What does a Flathead Catfish Look Like?

Flathead catfish have a distinctive appearance, and you cannot confuse them with other fish species, and we’ll cover that here. Other than having a flat head, it has a forked tail and a relatively long body. As they near a medium to large size, they establish a potbelly. It has beady eyes and a broadhead. The eyes highlight the head’s flatness.

Its head has an oval shape. The lower jaw sticks out further than the upper, which further accentuates the head. Compared to the other catfish species, this one has an anal fin short along the base. There are 14-17 fin rays.

The fish doesn’t have a specific color. Because it varies with the environment, usually, it is mottled with different brown sides with yellowish on the sides. It tapers to a whitish or lighter mottling on its belly.

Just like the other catfish, flatheads too come with sharp and heavy dorsal and pectoral spines. Nicknames are not uncommon due to their appearance, also known as the mud or yellow catfish.

What do Flathead Catfish Eat?

Flathead catfish are predators. It ambushes its prey by waiting for it undercover—the fish usually feed at night. Adult flatheads are opportunistic feeders, and it eats only other fishes like gizzard shad, bullheads, and carp. On the other hand, young ones feed on insect larvae until they become about three inches long when their diets enlarge to include other small fishes. Young flatheads usually feed on clams, crayfish, insects, and assorted small fishes such as shad, shiners, and sunfish.

So, while you fish, live fish can be good bait for flatheads as they are unwilling to consume smelly or old bait.

Even though flatheads aren’t exclusively nocturnal, it tends to be more active at night and around June. Thus, they are usually shallower and will feed at different levels. So, it might be inactive during the day time in the deep water or can be undercover.

What is the Habitat of a Flathead Catfish?

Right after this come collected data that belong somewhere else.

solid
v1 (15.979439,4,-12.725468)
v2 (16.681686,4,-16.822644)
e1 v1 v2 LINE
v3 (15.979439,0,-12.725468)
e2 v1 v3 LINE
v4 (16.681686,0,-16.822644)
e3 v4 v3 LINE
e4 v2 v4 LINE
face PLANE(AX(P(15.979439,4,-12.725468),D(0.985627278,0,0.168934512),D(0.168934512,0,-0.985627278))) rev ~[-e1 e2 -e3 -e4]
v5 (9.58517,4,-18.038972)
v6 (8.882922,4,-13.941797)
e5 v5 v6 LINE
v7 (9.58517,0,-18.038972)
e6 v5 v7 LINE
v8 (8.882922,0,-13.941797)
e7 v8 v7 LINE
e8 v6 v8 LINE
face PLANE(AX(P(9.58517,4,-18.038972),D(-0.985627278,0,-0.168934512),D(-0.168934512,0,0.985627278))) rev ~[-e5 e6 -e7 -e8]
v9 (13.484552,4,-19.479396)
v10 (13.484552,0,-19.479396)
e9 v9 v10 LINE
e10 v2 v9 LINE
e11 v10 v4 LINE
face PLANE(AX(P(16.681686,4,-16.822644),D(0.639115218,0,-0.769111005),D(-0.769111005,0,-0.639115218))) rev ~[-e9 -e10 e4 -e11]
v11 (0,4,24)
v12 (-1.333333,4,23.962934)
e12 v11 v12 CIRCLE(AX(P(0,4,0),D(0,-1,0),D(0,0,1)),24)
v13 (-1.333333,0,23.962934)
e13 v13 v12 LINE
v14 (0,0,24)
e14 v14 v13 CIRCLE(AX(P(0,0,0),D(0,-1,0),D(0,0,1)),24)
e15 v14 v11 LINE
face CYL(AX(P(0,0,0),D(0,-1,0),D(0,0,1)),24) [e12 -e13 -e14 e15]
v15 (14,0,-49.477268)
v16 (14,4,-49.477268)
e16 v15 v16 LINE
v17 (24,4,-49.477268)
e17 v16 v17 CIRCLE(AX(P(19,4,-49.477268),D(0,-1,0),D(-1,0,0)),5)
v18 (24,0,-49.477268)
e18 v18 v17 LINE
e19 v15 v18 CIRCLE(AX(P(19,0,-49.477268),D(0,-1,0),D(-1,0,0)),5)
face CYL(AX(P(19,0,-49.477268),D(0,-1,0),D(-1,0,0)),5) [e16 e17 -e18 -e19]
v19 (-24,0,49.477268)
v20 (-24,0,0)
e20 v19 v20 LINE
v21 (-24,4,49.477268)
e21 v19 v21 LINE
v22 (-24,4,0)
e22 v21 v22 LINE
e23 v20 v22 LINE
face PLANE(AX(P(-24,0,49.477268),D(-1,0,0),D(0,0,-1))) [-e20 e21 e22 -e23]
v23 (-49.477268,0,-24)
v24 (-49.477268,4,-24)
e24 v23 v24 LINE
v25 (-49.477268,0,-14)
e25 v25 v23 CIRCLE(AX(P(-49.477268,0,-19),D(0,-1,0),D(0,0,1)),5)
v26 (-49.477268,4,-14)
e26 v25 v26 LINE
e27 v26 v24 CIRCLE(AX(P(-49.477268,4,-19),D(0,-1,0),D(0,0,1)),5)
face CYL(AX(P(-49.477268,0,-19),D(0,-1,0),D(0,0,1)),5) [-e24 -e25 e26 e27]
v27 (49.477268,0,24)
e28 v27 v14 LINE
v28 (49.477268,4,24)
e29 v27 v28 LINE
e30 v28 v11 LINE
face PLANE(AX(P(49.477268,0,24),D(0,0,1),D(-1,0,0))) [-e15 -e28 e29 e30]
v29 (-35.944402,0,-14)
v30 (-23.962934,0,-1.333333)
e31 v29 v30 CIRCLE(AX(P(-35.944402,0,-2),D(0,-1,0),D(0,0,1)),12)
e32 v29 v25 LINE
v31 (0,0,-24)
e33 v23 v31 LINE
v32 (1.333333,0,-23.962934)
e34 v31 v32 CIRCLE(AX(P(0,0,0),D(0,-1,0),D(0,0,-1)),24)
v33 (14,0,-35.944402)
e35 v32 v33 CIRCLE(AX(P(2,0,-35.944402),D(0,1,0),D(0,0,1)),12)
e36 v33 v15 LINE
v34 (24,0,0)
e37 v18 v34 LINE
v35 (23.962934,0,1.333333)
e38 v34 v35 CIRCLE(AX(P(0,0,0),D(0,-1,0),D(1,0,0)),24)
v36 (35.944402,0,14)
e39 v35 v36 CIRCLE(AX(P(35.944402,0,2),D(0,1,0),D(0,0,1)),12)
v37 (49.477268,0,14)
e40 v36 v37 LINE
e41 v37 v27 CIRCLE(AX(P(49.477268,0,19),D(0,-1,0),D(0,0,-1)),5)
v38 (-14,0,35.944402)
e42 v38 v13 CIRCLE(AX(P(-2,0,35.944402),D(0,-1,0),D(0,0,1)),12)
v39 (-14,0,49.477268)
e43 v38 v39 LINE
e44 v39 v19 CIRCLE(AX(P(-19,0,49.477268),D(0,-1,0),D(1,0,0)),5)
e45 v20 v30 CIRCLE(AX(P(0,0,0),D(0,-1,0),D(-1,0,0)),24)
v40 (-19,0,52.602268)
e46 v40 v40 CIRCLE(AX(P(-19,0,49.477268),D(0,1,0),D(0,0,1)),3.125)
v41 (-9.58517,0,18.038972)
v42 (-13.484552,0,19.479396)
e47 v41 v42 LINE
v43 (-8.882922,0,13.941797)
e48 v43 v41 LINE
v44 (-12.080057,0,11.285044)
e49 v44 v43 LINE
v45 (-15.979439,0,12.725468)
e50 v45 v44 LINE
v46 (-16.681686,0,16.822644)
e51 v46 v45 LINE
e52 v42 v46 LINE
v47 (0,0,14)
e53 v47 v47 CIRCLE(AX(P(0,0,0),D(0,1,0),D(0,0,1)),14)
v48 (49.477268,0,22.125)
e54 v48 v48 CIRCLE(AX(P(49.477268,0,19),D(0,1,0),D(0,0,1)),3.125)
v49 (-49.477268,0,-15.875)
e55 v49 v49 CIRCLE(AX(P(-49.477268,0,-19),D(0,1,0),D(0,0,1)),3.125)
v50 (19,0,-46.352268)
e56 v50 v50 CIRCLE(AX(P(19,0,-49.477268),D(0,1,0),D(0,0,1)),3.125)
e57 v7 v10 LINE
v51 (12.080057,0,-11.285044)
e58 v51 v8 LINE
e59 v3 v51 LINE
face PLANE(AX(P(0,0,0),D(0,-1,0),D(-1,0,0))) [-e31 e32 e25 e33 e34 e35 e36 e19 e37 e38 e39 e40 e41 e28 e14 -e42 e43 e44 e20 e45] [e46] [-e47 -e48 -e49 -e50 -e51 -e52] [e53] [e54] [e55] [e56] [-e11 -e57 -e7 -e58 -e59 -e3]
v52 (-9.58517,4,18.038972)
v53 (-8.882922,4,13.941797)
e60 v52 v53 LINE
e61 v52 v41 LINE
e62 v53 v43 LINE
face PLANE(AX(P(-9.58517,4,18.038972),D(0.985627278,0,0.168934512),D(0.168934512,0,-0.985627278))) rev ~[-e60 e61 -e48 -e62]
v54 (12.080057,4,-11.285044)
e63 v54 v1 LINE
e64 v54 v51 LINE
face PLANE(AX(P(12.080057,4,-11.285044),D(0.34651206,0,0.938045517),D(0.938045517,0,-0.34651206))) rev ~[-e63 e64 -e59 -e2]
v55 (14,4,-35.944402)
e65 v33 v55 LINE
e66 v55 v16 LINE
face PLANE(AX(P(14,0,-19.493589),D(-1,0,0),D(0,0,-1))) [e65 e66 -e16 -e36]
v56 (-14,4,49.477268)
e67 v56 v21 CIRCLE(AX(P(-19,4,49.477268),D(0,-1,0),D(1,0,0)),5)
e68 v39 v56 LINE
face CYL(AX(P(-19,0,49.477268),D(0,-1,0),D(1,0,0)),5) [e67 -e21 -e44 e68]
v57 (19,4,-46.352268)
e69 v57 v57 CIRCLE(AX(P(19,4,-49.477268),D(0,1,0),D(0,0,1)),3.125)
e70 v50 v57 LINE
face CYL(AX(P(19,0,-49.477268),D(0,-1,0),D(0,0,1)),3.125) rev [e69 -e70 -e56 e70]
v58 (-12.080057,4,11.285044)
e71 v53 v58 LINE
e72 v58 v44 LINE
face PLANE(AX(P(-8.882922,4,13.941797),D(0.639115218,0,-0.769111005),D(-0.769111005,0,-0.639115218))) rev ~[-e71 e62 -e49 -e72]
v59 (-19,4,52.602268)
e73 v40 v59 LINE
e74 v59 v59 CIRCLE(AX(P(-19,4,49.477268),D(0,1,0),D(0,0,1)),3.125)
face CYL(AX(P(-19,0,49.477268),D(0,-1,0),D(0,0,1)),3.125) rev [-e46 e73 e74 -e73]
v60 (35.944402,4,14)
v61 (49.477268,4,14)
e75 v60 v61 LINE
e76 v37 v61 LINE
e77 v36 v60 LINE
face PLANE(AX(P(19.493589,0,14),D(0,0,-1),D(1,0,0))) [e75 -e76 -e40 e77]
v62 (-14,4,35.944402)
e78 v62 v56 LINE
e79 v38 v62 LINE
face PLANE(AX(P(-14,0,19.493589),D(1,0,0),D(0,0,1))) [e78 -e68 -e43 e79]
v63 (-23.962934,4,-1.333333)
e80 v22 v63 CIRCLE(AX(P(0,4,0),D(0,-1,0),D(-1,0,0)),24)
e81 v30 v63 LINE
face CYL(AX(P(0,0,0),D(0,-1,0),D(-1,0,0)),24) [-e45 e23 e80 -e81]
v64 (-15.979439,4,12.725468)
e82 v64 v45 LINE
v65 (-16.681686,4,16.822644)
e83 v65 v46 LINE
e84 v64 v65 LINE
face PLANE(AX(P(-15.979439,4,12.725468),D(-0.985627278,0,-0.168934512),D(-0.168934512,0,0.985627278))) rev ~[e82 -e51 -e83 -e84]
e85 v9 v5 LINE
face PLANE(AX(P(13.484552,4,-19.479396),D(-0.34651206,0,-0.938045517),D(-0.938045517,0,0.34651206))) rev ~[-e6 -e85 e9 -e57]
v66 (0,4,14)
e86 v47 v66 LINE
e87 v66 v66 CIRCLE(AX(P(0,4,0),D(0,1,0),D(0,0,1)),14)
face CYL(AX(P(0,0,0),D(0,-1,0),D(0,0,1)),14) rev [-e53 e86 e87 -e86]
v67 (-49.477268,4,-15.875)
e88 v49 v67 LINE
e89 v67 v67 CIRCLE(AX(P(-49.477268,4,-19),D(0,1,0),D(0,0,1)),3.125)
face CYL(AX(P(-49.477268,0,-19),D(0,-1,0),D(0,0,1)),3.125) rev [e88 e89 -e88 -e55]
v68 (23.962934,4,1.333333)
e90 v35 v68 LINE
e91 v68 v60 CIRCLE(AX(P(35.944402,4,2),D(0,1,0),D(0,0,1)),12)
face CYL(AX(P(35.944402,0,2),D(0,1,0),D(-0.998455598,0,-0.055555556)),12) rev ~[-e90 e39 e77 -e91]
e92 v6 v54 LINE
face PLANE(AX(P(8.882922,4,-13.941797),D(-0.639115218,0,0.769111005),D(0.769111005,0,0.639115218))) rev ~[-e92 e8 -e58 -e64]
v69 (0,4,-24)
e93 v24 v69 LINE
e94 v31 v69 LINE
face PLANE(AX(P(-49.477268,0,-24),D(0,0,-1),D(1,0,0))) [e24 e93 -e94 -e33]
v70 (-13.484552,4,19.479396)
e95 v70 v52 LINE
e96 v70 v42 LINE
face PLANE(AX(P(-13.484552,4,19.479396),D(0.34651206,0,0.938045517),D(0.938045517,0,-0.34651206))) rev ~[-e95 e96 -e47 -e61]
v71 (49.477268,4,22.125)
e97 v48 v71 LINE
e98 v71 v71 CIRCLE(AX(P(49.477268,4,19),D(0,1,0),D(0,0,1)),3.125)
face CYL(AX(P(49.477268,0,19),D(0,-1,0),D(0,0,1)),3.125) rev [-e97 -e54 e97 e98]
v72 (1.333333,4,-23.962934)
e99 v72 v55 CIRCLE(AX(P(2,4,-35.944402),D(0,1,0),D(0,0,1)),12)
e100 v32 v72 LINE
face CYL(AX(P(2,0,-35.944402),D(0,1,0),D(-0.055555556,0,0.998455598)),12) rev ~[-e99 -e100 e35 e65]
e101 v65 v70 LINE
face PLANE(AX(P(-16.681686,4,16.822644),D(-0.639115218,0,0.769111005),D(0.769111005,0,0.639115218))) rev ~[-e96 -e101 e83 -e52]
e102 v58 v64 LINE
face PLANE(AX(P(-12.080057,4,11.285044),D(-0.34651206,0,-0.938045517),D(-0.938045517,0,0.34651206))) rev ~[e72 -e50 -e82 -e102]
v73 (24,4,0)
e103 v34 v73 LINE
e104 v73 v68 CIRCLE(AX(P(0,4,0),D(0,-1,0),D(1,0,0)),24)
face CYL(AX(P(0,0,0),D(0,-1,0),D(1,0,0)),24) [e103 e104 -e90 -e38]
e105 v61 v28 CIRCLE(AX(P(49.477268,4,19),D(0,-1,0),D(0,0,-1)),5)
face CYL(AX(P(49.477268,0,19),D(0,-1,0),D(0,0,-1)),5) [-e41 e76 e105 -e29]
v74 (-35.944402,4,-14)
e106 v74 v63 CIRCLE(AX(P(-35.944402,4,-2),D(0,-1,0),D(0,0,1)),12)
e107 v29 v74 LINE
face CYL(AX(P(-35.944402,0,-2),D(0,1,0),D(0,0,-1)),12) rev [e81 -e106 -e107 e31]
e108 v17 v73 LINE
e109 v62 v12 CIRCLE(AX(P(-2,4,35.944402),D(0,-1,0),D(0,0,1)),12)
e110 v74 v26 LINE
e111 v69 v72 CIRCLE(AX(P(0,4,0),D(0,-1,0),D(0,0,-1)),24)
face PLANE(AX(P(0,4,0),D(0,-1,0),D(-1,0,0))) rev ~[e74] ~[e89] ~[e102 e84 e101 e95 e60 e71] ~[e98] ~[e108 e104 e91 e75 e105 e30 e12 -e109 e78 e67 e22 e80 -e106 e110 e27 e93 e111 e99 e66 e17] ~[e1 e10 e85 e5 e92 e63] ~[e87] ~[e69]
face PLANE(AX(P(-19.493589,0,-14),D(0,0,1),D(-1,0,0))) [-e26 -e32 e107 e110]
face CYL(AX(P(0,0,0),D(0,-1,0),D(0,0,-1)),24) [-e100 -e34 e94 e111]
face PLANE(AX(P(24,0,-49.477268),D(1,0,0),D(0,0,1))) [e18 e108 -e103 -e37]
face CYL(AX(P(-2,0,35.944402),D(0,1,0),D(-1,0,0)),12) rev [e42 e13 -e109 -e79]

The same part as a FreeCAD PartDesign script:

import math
import FreeCAD as App
import Part
import Sketcher


def edges_at(feature, points):
    """Names of the edges that pass closest to the given points."""
    edges = feature.Shape.Edges
    near = lambda p: min(range(len(edges)), key=lambda i: edges[i].distToShape(Part.Vertex(*p))[0])
    return sorted({f"Edge{near(p) + 1}" for p in points})


def add_polygon(sketch, points):
    """Adds a closed chain of lines whose ends are joined by coincident constraints."""
    first, n = sketch.GeometryCount, len(points)
    for a, b in zip(points, points[1:] + points[:1]):
        sketch.addGeometry(Part.LineSegment(App.Vector(*a, 0), App.Vector(*b, 0)), False)
    for i in range(n):
        sketch.addConstraint(Sketcher.Constraint("Coincident", first + i, 2, first + (i + 1) % n, 1))

doc = App.newDocument("Part")
body = doc.addObject("PartDesign::Body", "Body")

# Sketch on XZ plane
sketch1 = body.newObject("Sketcher::SketchObject", "Sketch")
sketch1.AttachmentSupport = (doc.getObject("XZ_Plane"), [""])
sketch1.MapMode = "FlatFace"
sketch1.addGeometry([
    Part.LineSegment(App.Vector(0, -24, 0), App.Vector(-49.477268, -24, 0)),  # 0
    Part.ArcOfCircle(Part.Circle(App.Vector(-49.477268, -19, 0), App.Vector(0, 0, 1), 5), math.radians(90), math.radians(270)),  # 1
    Part.LineSegment(App.Vector(-49.477268, -14, 0), App.Vector(-19.493589, -14, 0)),  # 2
    Part.ArcOfCircle(Part.Circle(App.Vector(0, 0, 0), App.Vector(0, 0, 1), 24), math.radians(180), math.radians(215.685335)),  # 3
    Part.LineSegment(App.Vector(-24, 0, 0), App.Vector(-24, 49.477268, 0)),  # 4
    Part.ArcOfCircle(Part.Circle(App.Vector(-19, 49.477268, 0), App.Vector(0, 0, 1), 5), math.radians(0), math.radians(180)),  # 5
    Part.LineSegment(App.Vector(-14, 49.477268, 0), App.Vector(-14, 19.493589, 0)),  # 6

Flatheads are commonly found in large water bodies. They usually prefer a big river and a reservoir as its tributaries. In a river, the fish generally like to be in a deep pool where the water is slow. It is also commonly found in tailraces present below dams. Usually, their local has a rigid bottom and timber or driftwood in it.

In a large reservoir, it is found deep in the river beds at the point where the channel submerges. Commonly found throughout the Ohio River, Mississippi, Missouri basins, Flatheads may also show up in record from Lake Erie to North Dakota.

Unique Habitat

This massive cat species, specifically the flatheads, is primarily located in large water bodies: especially big rivers, reservoirs, long channels, and tributaries in the current. In rivers, the fish prefer deep pools where the water is slow with depressions or holes, bottom areas with eddies. It could be docks, underwater structures, railroad crossings, dams, or bridge pilings.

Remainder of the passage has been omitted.